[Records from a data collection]

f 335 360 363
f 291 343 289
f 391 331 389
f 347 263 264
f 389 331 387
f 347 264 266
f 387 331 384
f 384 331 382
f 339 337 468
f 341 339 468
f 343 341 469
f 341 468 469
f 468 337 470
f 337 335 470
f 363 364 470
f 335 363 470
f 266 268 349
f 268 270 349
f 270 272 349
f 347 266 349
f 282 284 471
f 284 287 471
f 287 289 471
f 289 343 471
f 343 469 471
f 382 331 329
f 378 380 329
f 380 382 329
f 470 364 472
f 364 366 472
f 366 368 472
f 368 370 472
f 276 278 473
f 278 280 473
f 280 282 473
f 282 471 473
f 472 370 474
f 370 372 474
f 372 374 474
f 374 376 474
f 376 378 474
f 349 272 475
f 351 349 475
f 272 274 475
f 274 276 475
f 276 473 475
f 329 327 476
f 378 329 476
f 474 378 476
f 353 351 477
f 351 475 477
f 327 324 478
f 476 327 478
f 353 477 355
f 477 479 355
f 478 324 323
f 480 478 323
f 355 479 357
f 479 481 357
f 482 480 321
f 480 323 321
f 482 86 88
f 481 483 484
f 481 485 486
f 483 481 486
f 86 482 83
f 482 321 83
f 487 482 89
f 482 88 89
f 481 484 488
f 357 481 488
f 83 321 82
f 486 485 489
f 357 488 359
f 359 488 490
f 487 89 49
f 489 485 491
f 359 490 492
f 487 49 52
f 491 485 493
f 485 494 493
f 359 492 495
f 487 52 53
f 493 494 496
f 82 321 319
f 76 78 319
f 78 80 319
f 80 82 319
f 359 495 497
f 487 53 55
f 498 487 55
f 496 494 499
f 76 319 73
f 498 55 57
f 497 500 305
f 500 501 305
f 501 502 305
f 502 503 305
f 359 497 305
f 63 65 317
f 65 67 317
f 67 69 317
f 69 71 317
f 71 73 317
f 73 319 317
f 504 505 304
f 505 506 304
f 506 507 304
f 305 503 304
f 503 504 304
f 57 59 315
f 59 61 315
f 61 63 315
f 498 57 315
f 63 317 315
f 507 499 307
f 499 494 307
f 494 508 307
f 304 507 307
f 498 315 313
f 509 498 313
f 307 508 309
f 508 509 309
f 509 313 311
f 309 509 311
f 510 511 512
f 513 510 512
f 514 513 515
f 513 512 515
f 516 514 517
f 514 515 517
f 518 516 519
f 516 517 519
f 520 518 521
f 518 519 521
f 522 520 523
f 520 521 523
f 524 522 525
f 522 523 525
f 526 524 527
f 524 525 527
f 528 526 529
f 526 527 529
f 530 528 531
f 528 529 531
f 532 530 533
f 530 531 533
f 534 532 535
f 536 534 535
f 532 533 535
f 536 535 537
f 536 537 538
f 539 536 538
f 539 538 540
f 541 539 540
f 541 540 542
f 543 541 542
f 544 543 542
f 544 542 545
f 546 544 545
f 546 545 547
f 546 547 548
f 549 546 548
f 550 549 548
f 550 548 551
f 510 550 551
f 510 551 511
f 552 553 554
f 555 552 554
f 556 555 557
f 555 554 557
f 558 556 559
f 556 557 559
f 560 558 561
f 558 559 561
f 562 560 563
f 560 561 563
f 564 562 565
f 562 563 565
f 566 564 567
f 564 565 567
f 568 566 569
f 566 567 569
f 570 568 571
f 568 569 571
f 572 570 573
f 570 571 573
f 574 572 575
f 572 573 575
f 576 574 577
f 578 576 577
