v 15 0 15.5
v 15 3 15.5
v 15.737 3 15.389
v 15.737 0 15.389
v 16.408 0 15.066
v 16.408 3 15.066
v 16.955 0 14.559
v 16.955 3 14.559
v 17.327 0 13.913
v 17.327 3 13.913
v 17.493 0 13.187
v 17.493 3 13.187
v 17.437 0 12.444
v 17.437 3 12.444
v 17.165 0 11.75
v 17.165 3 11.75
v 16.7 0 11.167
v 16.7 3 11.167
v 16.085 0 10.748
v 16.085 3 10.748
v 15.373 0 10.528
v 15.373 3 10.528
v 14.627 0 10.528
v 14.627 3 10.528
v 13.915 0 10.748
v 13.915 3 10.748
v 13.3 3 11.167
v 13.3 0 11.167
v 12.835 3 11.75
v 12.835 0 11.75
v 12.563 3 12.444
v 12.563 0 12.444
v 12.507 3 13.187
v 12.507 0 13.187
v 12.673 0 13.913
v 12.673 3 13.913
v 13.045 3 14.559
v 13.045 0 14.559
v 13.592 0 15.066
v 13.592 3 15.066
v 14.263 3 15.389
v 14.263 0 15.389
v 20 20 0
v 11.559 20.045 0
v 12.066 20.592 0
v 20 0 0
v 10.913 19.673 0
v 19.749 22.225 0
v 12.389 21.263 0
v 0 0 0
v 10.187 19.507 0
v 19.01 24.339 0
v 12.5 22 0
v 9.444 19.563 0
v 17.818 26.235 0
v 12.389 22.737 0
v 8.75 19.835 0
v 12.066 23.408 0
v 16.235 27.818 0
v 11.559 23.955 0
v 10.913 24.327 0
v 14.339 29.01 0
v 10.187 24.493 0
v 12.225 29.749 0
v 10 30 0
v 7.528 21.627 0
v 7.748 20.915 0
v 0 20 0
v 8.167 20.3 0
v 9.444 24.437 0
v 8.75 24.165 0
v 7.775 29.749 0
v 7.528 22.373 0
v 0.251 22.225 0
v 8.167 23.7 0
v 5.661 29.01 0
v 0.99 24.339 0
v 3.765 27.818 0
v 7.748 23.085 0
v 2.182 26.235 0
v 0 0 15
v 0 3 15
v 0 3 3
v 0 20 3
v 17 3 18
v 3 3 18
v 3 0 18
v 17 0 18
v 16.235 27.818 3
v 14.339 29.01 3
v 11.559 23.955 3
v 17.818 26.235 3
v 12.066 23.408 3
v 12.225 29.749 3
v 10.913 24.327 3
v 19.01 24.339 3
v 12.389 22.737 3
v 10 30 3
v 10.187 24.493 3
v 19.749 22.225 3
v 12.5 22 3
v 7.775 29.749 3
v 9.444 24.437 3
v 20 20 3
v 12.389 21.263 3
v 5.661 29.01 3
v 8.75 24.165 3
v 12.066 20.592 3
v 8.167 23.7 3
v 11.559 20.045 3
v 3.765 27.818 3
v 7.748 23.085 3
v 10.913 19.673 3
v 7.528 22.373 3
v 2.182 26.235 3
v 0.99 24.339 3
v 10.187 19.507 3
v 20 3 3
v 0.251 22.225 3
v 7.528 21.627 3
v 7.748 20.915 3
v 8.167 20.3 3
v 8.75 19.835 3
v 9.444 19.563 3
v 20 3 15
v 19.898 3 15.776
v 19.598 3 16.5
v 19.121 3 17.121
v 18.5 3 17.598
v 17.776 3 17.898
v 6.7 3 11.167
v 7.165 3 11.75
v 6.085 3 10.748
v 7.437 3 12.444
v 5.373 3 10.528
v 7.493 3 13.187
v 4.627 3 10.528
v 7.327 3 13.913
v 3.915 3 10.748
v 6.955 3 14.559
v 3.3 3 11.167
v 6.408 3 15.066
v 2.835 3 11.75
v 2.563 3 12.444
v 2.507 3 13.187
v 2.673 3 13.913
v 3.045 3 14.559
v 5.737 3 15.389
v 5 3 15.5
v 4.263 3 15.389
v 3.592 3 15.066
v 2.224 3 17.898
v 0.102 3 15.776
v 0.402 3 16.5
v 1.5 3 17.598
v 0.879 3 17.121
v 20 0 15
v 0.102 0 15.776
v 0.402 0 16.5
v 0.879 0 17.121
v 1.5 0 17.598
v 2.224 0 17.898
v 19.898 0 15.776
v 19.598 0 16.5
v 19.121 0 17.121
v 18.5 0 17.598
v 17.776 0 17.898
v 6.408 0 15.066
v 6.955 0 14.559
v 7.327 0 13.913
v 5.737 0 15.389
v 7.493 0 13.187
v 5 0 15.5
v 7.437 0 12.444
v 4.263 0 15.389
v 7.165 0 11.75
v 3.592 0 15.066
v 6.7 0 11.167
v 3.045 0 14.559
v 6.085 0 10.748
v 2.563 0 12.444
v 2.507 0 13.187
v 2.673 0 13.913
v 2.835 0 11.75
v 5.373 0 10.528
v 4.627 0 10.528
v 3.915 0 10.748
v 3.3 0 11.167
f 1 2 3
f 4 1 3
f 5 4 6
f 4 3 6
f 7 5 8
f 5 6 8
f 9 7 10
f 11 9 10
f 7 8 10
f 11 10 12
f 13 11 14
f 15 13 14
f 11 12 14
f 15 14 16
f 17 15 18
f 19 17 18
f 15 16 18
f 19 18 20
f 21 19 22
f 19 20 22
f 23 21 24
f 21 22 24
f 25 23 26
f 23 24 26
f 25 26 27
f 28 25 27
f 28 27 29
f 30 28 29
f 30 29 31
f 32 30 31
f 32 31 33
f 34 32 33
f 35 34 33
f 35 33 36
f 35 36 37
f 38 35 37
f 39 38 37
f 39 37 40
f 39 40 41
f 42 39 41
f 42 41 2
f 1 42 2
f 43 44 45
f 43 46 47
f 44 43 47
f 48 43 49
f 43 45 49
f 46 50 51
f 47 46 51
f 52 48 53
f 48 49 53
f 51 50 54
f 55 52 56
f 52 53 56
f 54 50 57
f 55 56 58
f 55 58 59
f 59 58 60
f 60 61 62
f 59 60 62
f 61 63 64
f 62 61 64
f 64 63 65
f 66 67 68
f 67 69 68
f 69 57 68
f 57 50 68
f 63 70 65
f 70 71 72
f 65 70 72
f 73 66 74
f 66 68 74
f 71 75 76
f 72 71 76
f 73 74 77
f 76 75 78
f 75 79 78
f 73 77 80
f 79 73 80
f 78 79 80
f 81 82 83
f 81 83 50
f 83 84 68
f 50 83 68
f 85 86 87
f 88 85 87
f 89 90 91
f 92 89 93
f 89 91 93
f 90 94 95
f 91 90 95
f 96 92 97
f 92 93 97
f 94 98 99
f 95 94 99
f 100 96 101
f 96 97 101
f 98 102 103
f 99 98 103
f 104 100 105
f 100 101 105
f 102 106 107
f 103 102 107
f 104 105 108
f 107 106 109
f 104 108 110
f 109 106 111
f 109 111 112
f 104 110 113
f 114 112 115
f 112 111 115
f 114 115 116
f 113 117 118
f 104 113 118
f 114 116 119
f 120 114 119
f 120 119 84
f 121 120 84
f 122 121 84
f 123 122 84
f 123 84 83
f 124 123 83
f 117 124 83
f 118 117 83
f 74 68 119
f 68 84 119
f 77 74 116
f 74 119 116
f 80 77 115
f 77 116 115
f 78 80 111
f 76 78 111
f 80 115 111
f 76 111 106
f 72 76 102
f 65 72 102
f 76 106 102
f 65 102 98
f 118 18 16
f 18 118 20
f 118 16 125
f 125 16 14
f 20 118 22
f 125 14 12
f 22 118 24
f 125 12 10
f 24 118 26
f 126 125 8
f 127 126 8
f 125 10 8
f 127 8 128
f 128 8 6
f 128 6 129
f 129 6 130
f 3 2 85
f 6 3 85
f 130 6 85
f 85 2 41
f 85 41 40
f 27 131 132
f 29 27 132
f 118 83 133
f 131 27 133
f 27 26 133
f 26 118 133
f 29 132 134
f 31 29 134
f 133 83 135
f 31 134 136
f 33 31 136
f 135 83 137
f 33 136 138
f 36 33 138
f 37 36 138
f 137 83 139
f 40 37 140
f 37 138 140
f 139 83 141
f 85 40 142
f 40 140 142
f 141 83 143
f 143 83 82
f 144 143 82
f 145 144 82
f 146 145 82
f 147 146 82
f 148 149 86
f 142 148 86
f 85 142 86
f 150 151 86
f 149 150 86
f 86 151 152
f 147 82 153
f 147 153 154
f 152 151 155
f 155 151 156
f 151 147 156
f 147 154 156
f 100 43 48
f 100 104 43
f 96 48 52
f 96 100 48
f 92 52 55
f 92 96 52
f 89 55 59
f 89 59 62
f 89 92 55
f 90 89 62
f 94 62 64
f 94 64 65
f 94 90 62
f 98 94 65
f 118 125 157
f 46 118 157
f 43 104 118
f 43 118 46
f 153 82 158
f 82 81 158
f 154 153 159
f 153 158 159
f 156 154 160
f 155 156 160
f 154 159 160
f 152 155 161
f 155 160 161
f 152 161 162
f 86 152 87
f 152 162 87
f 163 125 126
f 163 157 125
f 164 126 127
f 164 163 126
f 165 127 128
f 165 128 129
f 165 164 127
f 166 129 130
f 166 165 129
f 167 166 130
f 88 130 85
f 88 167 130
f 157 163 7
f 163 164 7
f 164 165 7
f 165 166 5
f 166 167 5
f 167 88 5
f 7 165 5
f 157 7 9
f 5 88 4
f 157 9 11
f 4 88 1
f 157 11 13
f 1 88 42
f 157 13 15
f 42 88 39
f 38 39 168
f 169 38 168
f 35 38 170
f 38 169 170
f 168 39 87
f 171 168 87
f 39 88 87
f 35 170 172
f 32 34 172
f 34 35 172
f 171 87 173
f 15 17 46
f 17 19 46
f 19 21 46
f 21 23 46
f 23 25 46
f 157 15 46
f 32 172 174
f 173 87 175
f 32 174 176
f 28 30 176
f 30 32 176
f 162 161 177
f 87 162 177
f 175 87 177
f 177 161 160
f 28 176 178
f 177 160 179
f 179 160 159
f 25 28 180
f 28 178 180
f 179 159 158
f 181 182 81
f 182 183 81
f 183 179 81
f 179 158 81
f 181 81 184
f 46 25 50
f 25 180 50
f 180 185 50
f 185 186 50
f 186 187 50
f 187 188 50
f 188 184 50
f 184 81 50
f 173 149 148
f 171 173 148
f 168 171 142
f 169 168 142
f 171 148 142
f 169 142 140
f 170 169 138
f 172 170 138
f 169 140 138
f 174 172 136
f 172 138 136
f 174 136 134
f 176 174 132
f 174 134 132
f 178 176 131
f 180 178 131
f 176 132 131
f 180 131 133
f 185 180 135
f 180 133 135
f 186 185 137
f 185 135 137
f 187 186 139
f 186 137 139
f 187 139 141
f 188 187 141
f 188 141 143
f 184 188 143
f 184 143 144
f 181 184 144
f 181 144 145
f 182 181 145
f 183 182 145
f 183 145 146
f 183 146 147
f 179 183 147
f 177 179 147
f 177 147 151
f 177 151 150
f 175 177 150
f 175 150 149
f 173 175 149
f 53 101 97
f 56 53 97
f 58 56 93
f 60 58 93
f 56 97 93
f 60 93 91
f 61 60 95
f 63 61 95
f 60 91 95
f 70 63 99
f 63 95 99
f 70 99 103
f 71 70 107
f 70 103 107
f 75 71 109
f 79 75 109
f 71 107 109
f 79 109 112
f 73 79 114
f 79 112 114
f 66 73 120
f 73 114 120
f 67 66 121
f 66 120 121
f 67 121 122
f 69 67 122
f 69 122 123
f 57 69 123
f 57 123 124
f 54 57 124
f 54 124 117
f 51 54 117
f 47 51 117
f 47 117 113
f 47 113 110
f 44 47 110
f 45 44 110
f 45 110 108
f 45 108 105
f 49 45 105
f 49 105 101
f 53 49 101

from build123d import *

# Parameters (mm, degrees)
BOSS_EXTRUDE3_DEPTH = 20
SKETCH4_R           = 2.5
CUT_EXTRUDE1_DEPTH  = 20
SKETCH5_R           = 2.5
CUT_EXTRUDE2_DEPTH  = 20
FILLET1_R           = 10
FILLET2_R           = 3


with BuildPart() as part:
    # Sketch3 → Boss-Extrude3 (new body)
    with BuildSketch(Plane(origin=(0, 0, 0), x_dir=(0, 0, -1), z_dir=(1, 0, 0))):
        Polygon((0, 0), (0, 30), (-3, 30), (-3, 3), (-18, 3), (-18, 0), align=None)
    extrude(amount=BOSS_EXTRUDE3_DEPTH)

    # Sketch4 → Cut-Extrude1 (cut)
    with BuildSketch(Plane.XY.offset(3)):
        with Locations((10, 22)):
            Circle(SKETCH4_R)
    extrude(amount=-CUT_EXTRUDE1_DEPTH, mode=Mode.SUBTRACT)

    # Sketch5 → Cut-Extrude2 (cut)
    with BuildSketch(Plane(origin=(0, 3, 0), x_dir=(1, 0, 0), z_dir=(0, 1, 0))):
        with Locations(Location((5, -13, 0), (0, 0, 270))):
            Circle(SKETCH5_R)
        with Locations(Location((15, -13, 0), (0, 0, 270))):
            Circle(SKETCH5_R)
    extrude(amount=-CUT_EXTRUDE2_DEPTH, mode=Mode.SUBTRACT)

    # Fillet1
    fillet1_edges = [part.edges().sort_by_distance(p)[0] for p in [
        (0, 30, 1.5),
        (20, 30, 1.5),
    ]]
    fillet(fillet1_edges, radius=FILLET1_R - 0.0001)  # a hair under: the kernel refuses the full size

    # Fillet2
    fillet2_edges = [part.edges().sort_by_distance(p)[0] for p in [
        (20, 1.5, 18),
        (0, 1.5, 18),
    ]]
    fillet(fillet2_edges, radius=FILLET2_R)


solid = part.part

▸ **To do**: Copy out, exactly and alone, the lines of the entries above between the ones holding "v 2.182 26.235 3" and "v 0.102 3 15.776", inclusive.

▸ **Answer section**:
v 2.182 26.235 3
v 0.99 24.339 3
v 10.187 19.507 3
v 20 3 3
v 0.251 22.225 3
v 7.528 21.627 3
v 7.748 20.915 3
v 8.167 20.3 3
v 8.75 19.835 3
v 9.444 19.563 3
v 20 3 15
v 19.898 3 15.776
v 19.598 3 16.5
v 19.121 3 17.121
v 18.5 3 17.598
v 17.776 3 17.898
v 6.7 3 11.167
v 7.165 3 11.75
v 6.085 3 10.748
v 7.437 3 12.444
v 5.373 3 10.528
v 7.493 3 13.187
v 4.627 3 10.528
v 7.327 3 13.913
v 3.915 3 10.748
v 6.955 3 14.559
v 3.3 3 11.167
v 6.408 3 15.066
v 2.835 3 11.75
v 2.563 3 12.444
v 2.507 3 13.187
v 2.673 3 13.913
v 3.045 3 14.559
v 5.737 3 15.389
v 5 3 15.5
v 4.263 3 15.389
v 3.592 3 15.066
v 2.224 3 17.898
v 0.102 3 15.776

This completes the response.